Practicality versus idealism for curbing predatory publishing: a reply to Teixeira da Silva


Rajeev Raghavan 1, Neelesh Dahanukar 2 & Sanjay Molur 3


1 Center for Taxonomy of Aquatic Animals, Department of Fisheries Resource Management, Kerala University of Fisheries and Ocean Studies (KUFOS), Kochi, Kerala 682506, India

2 Indian Institute of Science Education and Research (IISER), G1 Block, Dr. Homi Bhabha Road, Pashan, Pune, Maharashtra 411008, India

3 Founder & Chief Editor, Journal of Threatened Taxa, Wildlife Information Liaison Development (WILD) Society, 96 Kumudham Nagar, Vilankurichi Road, Coimbatore, Tamil Nadu 641035, India

1,2,3 Zoo Outreach Organization (ZOO), 96 Kumudham Nagar, Vilankurichi Road, Coimbatore, Tamil Nadu 641035, India

1, 2, 3






Date of publication: 26 December 2015 (online & print)



Manuscript details: Ms # 2472 | Received 23 December 2015



Citation: Raghavan, R., N. Dahanukar & S. Molur (2015). Practicality versus idealism for curbing predatory publishing: a reply to Teixeira da Silva. Journal of Threatened Taxa 7(15): 8307–8308;



Copyright: © Raghavan et al. 2015. Creative Commons Attribution 4.0 International License. JoTT allows unrestricted use of this article in any medium, reproduction and distribution by providing adequate credit to the authors and the source of publication.

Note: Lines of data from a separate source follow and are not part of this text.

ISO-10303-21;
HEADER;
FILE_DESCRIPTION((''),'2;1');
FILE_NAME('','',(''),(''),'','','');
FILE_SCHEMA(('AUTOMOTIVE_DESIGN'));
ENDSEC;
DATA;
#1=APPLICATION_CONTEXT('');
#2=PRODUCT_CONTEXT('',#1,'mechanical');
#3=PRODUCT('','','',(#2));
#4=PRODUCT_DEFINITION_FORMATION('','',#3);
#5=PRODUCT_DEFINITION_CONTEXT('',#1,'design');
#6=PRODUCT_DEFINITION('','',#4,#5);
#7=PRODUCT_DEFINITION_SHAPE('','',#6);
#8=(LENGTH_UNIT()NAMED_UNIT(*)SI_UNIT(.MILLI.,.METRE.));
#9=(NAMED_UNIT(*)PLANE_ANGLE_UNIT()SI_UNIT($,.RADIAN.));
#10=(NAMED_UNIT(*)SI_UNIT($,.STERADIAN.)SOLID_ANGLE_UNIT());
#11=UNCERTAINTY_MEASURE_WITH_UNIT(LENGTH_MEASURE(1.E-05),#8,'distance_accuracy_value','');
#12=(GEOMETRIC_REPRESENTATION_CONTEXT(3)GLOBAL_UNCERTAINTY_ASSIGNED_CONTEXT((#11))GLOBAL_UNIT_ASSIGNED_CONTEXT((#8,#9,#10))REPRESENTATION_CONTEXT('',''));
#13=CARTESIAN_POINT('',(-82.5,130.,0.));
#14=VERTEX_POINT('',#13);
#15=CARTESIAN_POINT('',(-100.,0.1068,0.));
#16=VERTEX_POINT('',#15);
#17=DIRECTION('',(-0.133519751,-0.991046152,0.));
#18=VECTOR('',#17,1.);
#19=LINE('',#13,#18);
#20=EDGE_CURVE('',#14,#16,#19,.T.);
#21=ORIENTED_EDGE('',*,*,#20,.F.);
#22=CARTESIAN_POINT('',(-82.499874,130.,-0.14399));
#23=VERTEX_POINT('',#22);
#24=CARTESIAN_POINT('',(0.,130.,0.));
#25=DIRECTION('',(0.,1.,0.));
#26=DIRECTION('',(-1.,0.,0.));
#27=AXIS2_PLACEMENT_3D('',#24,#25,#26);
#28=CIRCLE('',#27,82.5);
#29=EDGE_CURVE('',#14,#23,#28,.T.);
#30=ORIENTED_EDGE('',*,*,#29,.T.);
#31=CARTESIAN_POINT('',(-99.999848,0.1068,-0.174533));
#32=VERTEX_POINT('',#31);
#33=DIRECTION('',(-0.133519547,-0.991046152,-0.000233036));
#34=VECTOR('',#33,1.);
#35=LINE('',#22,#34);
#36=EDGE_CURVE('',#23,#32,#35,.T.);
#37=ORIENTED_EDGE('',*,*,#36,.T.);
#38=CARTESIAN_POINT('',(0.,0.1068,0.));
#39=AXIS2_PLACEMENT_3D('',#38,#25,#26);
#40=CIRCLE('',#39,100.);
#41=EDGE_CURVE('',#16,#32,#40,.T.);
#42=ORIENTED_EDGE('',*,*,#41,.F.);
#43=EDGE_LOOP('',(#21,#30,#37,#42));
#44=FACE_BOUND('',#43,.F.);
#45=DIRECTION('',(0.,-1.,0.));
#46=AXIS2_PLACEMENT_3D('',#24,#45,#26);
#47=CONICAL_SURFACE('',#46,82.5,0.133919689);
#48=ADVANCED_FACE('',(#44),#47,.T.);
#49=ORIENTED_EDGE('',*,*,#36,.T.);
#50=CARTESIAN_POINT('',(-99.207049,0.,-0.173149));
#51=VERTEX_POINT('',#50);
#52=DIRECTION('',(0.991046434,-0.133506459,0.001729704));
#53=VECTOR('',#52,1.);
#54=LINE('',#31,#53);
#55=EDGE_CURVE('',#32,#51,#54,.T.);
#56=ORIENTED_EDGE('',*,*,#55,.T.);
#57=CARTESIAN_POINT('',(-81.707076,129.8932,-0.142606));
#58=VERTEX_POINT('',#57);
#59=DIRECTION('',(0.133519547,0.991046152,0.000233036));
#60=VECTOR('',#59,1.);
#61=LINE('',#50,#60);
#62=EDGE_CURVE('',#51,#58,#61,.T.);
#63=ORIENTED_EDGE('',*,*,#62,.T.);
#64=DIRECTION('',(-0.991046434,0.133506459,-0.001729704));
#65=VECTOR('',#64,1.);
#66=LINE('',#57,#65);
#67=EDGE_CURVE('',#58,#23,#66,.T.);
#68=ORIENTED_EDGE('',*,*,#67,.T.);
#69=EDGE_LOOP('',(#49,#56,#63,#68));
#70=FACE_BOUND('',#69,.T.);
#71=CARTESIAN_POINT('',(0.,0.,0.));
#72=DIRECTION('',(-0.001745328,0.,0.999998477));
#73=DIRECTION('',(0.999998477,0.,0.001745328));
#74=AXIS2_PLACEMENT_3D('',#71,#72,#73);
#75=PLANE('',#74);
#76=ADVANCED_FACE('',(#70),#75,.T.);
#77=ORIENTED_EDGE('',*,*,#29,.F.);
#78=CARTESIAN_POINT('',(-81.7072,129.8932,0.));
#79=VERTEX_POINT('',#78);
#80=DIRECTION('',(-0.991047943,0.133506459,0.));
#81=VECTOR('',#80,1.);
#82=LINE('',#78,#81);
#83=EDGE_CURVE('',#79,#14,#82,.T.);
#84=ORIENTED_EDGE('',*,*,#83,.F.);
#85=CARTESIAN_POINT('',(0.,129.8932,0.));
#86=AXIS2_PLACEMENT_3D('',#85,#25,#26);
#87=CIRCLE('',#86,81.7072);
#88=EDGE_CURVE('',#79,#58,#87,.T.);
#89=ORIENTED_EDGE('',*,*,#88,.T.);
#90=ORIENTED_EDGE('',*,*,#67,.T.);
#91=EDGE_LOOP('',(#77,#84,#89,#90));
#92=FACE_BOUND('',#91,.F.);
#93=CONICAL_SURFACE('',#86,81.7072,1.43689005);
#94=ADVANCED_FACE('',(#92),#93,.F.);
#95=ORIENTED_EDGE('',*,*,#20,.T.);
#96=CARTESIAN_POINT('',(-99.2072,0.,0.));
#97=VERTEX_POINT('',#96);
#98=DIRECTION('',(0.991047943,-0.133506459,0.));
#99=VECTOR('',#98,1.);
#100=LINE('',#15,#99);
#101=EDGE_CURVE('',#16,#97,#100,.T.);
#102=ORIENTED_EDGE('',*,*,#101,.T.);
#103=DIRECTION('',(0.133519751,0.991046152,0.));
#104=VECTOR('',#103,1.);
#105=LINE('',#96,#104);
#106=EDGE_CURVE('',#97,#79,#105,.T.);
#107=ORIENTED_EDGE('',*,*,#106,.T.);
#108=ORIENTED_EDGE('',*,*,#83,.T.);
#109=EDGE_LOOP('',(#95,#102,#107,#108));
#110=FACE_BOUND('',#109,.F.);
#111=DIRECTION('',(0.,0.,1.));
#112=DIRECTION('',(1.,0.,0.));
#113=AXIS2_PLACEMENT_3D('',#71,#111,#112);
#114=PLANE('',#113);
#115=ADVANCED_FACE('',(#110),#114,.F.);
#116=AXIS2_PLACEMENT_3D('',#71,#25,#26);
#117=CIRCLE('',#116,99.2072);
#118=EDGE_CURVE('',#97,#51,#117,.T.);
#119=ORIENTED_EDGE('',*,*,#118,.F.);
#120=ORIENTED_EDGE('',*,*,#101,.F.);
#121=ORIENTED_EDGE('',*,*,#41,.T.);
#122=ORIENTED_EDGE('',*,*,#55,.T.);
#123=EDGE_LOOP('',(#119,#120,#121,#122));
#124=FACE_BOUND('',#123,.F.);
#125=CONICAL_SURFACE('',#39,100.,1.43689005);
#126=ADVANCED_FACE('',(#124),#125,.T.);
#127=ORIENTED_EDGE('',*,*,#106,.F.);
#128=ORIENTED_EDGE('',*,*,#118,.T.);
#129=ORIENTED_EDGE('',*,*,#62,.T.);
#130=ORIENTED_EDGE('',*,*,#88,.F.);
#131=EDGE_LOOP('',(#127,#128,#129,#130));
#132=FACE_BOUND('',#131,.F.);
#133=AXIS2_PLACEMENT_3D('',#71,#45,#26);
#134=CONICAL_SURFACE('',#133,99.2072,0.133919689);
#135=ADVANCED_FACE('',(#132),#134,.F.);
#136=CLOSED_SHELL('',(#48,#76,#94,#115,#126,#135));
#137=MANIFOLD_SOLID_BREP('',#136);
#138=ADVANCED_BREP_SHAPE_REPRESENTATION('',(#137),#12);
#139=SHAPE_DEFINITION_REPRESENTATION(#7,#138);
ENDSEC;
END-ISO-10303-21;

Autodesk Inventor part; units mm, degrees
ref_plane "YZ Plane" through (0, 0, 0) normal (1, 0, 0) x (0, 1, 0)
ref_plane "XZ Plane" through (0, 0, 0) normal (0, 1, 0) x (-1, 0, 0)
ref_plane "XY Plane" through (0, 0, 0) normal (0, 0, 1) x (1, 0, 0)
sketch "Sketch1" plane through (0, 0, 0) normal (0, 0, 1) x (1, 0, 0)
  line L0 (0, 0) -> (0, 130)
  line L1 (-82.5, 130) -> (-100, 0.1068)
  line L2 (-100, 0.1068) -> (-99.2072, 0)
  line L3 (-99.2072, 0) -> (-81.7072, 129.8932)
  line L4 (-81.7072, 129.8932) -> (-82.5, 130)
  line L5 (-82.5, 130) -> (-99.2072, 0) construction
  line L6 (-100, 0.1068) -> (-81.7072, 129.8932) construction
  point P0 (-90.8536, 65)
  dimension "d0" = 130
  dimension "d4" = 200
  dimension "d6" = 165
  dimension "d7" = 0.8
revolve "Revolution1" add sketch "Sketch1" angle 359.9 about axis through (0, 0, 0) along (0, 1, 0)
equation "\"d7\" = Thickness"
equation "\"BendRadius\" = Thickness"
equation "\"BendReliefWidth\" = Thickness"
equation "\"BendReliefDepth\" = 0.5 * Thickness"
equation "\"CornerReliefSize\" = 4 * Thickness"
equation "\"MinimumRemnant\" = 2 * Thickness"
equation "\"TransitionRadius\" = BendRadius"
equation "\"JacobiRadiusSize\" = BendRadius"
equation "\"GapSize\" = Thickness"
equation "\"Thickness\" = 0.8"
properties part number "МОО 081 ракета хвост" material "Stainless Steel"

Predatory publishing is a threat to the scientific community as it often communicates information that is misleading, flawed and unscholarly. While the importance of discrediting such predatory journals and publishers has been identified, steps towards curbing such unethical practices are progressing at a slower pace. In this light, an editorial decision to completely ban citations of papers published in predatory journals in the Journal of Threatened Taxa (JoTT) was taken (see Raghavan et al. 2015) primarily based on Beall’s (2015) List. A ban on citation of papers from predatory journals is a bold step towards curbing the growth of predatory publishers and is in tune with the findings presented by Teixeira da Silva (2014) who suggested that scholarly journals act as surrogates for inflating citations and validating unscholarly research published in predatory journals by citing the references. Because JoTT encourages scientific debates through the process of responses and replies, which are vital for the evolution of scientific debates, we were happy to receive a response from Teixeira da Silva (2015) on the editorial.

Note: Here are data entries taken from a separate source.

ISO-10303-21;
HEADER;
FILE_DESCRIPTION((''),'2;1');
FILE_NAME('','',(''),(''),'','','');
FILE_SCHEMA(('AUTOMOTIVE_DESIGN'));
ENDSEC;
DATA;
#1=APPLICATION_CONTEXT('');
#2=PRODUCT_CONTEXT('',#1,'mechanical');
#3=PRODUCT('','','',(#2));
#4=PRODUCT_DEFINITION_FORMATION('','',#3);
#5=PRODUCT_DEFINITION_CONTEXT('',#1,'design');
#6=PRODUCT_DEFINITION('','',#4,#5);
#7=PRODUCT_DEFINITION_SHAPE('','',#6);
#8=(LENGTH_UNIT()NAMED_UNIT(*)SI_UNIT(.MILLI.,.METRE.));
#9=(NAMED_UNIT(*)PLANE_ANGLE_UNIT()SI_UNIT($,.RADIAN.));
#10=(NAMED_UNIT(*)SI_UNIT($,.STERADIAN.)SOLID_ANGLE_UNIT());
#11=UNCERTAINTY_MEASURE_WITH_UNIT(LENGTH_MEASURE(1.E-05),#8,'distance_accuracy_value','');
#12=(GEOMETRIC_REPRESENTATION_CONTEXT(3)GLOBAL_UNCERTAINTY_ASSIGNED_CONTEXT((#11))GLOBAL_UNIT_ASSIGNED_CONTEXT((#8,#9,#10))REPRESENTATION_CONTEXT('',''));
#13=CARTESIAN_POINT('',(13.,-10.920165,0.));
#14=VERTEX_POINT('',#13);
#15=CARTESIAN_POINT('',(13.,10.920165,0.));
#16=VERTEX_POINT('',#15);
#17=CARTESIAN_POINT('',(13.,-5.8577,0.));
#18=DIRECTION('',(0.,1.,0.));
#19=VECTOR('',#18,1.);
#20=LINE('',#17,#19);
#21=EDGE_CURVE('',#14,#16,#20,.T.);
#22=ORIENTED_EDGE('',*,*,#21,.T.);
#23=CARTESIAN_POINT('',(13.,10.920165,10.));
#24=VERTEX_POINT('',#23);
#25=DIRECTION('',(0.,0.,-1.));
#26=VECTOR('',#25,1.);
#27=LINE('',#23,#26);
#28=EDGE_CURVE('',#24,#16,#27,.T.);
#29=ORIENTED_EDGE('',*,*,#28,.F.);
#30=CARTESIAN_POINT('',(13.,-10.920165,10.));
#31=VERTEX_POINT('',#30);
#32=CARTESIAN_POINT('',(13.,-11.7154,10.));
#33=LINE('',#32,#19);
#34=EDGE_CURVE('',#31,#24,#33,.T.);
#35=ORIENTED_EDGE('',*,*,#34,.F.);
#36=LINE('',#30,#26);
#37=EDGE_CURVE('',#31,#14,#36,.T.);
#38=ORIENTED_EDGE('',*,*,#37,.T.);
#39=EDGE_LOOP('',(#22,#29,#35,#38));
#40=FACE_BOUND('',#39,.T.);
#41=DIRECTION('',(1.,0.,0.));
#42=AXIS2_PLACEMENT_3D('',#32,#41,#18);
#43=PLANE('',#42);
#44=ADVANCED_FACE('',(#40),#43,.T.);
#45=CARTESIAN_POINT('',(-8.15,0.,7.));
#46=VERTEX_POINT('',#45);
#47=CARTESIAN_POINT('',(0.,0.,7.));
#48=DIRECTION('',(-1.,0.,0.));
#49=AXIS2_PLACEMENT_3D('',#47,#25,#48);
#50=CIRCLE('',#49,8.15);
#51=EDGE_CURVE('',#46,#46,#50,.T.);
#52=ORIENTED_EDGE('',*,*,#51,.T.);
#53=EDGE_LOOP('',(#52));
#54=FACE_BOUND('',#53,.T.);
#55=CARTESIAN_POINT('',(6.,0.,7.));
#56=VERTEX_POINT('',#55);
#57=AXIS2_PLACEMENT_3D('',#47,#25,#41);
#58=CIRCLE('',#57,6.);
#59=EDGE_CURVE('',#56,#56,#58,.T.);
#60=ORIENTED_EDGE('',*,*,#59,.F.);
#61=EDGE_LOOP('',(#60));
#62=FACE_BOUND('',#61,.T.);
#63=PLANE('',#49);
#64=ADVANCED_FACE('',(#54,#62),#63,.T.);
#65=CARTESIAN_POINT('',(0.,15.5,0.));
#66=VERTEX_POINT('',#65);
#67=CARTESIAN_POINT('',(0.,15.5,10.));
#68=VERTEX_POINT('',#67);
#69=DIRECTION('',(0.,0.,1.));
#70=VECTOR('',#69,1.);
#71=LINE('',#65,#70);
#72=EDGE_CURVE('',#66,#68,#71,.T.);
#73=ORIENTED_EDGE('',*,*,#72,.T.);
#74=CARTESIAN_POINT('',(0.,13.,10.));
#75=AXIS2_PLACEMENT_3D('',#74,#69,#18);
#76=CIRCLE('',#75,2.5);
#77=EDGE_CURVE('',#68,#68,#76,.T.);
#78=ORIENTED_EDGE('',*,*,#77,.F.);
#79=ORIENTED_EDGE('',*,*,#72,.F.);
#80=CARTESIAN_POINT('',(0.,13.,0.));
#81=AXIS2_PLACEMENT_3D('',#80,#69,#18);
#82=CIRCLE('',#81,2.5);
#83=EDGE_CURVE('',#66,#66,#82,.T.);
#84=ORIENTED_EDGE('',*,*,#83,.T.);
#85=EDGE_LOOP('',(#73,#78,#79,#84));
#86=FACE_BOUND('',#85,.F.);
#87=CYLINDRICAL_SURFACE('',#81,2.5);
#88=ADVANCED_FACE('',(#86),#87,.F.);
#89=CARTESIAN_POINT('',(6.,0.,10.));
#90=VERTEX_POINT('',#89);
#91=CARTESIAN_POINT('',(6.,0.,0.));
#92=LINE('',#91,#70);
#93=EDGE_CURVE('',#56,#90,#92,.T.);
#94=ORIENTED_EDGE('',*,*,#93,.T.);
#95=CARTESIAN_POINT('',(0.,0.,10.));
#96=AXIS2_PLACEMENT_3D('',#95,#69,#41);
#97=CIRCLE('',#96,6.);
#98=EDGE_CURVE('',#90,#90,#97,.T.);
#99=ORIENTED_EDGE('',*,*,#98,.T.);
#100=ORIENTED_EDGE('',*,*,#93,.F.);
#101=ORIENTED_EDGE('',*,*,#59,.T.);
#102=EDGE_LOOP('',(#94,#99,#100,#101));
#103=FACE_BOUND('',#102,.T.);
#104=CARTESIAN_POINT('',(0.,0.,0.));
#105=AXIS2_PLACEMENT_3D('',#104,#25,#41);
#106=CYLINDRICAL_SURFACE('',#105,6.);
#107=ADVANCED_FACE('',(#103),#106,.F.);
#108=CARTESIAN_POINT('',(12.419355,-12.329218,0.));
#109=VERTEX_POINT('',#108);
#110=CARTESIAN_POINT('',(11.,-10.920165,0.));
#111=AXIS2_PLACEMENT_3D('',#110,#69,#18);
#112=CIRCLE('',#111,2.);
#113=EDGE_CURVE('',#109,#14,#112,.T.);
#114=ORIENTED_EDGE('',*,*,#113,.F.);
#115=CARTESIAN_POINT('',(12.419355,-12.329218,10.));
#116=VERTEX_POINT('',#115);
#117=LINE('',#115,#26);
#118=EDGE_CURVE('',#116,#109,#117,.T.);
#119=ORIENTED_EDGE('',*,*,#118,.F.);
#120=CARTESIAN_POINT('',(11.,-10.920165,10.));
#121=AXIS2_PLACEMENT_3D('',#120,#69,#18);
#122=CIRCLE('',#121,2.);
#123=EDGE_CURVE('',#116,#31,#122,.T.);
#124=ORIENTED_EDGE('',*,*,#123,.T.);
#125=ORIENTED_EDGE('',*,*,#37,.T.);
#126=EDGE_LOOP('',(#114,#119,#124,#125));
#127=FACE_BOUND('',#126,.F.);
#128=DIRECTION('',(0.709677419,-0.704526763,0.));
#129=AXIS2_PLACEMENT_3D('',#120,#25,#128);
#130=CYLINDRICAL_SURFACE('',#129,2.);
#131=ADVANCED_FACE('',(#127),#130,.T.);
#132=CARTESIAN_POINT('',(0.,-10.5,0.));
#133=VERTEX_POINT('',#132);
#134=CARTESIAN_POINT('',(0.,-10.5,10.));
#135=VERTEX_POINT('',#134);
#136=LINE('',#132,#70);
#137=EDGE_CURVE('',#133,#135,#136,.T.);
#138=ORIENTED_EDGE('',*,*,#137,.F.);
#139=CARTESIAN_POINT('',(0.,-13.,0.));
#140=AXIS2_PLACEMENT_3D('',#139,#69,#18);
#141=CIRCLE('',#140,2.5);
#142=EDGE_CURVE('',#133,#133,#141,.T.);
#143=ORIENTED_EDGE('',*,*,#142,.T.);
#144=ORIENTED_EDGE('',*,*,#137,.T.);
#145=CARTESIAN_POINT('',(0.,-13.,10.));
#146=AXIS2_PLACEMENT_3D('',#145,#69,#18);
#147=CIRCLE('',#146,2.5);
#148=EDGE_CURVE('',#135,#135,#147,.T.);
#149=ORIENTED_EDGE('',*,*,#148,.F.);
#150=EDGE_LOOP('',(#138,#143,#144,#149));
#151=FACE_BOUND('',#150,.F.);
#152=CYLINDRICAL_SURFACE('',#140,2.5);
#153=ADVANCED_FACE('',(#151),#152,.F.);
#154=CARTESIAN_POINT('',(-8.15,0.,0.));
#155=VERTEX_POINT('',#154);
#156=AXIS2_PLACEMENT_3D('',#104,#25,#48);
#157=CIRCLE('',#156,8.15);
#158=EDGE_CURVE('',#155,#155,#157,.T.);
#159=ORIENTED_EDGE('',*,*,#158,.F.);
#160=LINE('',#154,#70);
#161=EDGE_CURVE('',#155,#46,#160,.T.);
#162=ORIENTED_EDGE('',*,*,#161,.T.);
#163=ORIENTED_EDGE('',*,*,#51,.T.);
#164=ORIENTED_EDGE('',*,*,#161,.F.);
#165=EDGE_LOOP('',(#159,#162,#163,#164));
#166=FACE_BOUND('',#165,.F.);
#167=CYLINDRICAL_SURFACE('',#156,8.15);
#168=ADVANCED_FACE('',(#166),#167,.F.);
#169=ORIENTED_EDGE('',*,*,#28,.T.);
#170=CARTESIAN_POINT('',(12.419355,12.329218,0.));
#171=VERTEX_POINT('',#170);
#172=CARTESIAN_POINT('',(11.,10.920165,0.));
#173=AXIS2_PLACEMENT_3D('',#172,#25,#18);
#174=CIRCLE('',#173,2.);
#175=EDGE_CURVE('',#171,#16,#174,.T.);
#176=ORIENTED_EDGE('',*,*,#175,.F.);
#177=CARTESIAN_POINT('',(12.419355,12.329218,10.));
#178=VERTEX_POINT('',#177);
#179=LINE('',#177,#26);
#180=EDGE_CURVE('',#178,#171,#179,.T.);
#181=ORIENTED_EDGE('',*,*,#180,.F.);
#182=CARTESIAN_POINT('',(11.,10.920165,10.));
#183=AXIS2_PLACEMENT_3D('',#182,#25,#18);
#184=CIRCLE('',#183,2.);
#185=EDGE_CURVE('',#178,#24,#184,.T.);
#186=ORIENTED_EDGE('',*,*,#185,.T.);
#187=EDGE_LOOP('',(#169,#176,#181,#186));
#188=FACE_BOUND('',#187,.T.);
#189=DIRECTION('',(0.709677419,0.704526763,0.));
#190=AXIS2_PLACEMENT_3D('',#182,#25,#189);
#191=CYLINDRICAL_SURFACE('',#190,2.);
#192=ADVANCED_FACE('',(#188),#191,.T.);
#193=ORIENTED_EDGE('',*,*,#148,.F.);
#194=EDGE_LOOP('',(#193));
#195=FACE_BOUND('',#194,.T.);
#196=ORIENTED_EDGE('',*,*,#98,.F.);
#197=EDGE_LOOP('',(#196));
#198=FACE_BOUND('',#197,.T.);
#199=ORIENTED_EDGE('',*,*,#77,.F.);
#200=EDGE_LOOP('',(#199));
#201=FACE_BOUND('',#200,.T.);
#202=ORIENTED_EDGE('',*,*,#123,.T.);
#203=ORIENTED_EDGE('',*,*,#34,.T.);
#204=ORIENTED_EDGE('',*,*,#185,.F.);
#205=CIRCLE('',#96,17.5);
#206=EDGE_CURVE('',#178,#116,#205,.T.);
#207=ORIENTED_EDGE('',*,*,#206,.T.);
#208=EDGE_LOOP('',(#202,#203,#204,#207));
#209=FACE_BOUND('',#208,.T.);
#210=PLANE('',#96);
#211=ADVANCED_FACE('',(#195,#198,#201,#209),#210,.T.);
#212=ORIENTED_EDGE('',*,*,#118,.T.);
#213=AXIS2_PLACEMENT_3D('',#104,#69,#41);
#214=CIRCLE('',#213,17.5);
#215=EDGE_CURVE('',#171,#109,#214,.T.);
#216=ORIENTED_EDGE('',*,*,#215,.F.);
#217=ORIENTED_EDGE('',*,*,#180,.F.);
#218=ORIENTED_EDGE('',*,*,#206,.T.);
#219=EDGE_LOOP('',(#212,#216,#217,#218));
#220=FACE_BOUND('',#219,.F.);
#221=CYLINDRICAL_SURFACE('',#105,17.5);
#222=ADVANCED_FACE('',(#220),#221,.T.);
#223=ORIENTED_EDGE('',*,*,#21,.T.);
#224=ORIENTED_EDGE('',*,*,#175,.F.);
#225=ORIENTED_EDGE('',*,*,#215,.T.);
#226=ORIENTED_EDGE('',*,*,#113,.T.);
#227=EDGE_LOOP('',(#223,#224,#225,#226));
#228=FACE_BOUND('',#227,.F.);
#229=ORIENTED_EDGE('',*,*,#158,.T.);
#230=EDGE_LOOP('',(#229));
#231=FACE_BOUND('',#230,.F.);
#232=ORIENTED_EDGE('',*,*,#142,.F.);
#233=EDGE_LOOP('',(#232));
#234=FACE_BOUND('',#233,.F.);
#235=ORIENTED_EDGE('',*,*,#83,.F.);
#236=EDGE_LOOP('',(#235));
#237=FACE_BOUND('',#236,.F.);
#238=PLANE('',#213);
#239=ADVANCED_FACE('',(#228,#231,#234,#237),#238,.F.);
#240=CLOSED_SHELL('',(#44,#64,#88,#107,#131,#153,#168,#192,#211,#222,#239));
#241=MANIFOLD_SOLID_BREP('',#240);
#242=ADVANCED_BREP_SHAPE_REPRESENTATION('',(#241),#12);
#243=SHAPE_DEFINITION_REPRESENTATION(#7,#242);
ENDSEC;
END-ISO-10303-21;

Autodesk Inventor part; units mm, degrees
ref_plane "YZ Plane" through (0, 0, 0) normal (1, 0, 0) x (0, 1, 0)
ref_plane "XZ Plane" through (0, 0, 0) normal (0, 1, 0) x (-1, 0, 0)
ref_plane "XY Plane" through (0, 0, 0) normal (0, 0, 1) x (1, 0, 0)
sketch "Sketch1" plane through (0, 0, 0) normal (0, 0, 1) x (1, 0, 0)
  circle A0 centre (0, 0) radius 6
  circle A1 centre (0, 0) radius 17.5
  dimension "d0" = 12
  dimension "d1" = 35
extrude "Extrusion1" add sketch "Sketch1" along normal blind 10
sketch "Sketch4" plane through (0, 0, 0) normal (0, 0, -1) x (-1, 0, 0)
  circle A0 centre (0, 0) radius 13 construction
  point P0 (0, -13)
  point P1 (0, 13)
  dimension "d7" = 26
hole "Hole1" at (0, -13, 0) at (0, 13, 0) direction (0, 0, 1) diameter 5 end through all
sketch "Sketch5" plane through (0, 0, 0) normal (0, 0, -1) x (-1, 0, 0)
  circle A0 centre (0, 0) radius 8.15
  dimension "d15" = 16.3
extrude "Extrusion3" cut sketch "Sketch5" against normal blind 7
sketch "Sketch6" plane through (0, 0, 10) normal (0, 0, 1) x (1, 0, 0)
  line L0 (13, -11.7154) -> (13, 11.7154)
  circle A0 centre (0, 0) radius 17.5 projected
  circle A1 centre (0, -13) radius 2.5 construction
  circle A2 centre (0, 13) radius 2.5 construction
  line L1 (0, -13) -> (0, 13) construction
  dimension "d22" = 13
extrude "Extrusion4" cut sketch "Sketch6" against normal through all contours L0 A0 picked at (13.8164, -2.7401)
fillet "Fillet2" radius 2 2 edges at (13, -11.7154, 5) (13, 11.7154, 5)
properties part number "0008-10-034 Suport_Rulment" material "ABS Plastic"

To provide objective criteria for identifying predatory journals JoTT suggested that authors refer to the list of publishers and stand-alone journals at (Beall 2015). Teixeira da Silva (2015) cautions the use of Beall’s (2015) List by pointing to its limitations and his criticism is only regarding the use of Beall’s List for identifying predatory journals. We, however, would like to note that the fifth guideline in the JoTT editorial (Raghavan et al. 2015, p. 7611) clearly indicates that JoTT is aware of the limitations of Beall’s List and is open to other systematic and authentic evaluations of journals. The first guideline in the JoTT editorial (Raghavan et al. 2015, p. 7610) makes it clear that Beall’s List is used for practical purpose, because it is the only available extensive database that identifies a list of predatory publishers and journals based on a set of criteria that can be easily tested and validated. Even Teixeira da Silva (2015) himself states, “I do admit, very sadly, that there is still no better (i.e., quantitative) list than the Beall lists”. It is not possible for the editors or reviewers of JoTT to evaluate all the references cited in the manuscript for their scientific content. Therefore, JoTT currently relies on the only available authentic list provided by Beall (2015) for setting standard and objective criteria. It is then the responsibility of the authors who conduct good research to publish their findings in scholarly journals and not resort to predatory journals and publishers listed in Beall (2015). Since Beall’s (2015) lists are dynamic and publishers and journals can appeal providing justification against listings, along with authors, publishers can also improve themselves and fulfill criteria appropriate for a scholarly publication.

The entire premise for Teixeira da Silva’s (2015) criticism, which is based on use of Beall’s (2015) list provides no alternative for the same. Although, he briefly mentions the Predatory Score devised by him (Teixeira da Silva 2013), it is not clear why Teixeira da Silva (2014), while studying the citation of papers from predatory journals, does not use this score. It is also confusing that throughout the text Teixeira da Silva (2014) criticizes but resorts to use Beall’s List rather than his own score developed earlier (Teixeira da Silva 2013). Teixeira da Silva (2014) also suggests “…. publishers to step forward to analyze the reference lists of their journals….” using Beall’s List for analysis and arguments.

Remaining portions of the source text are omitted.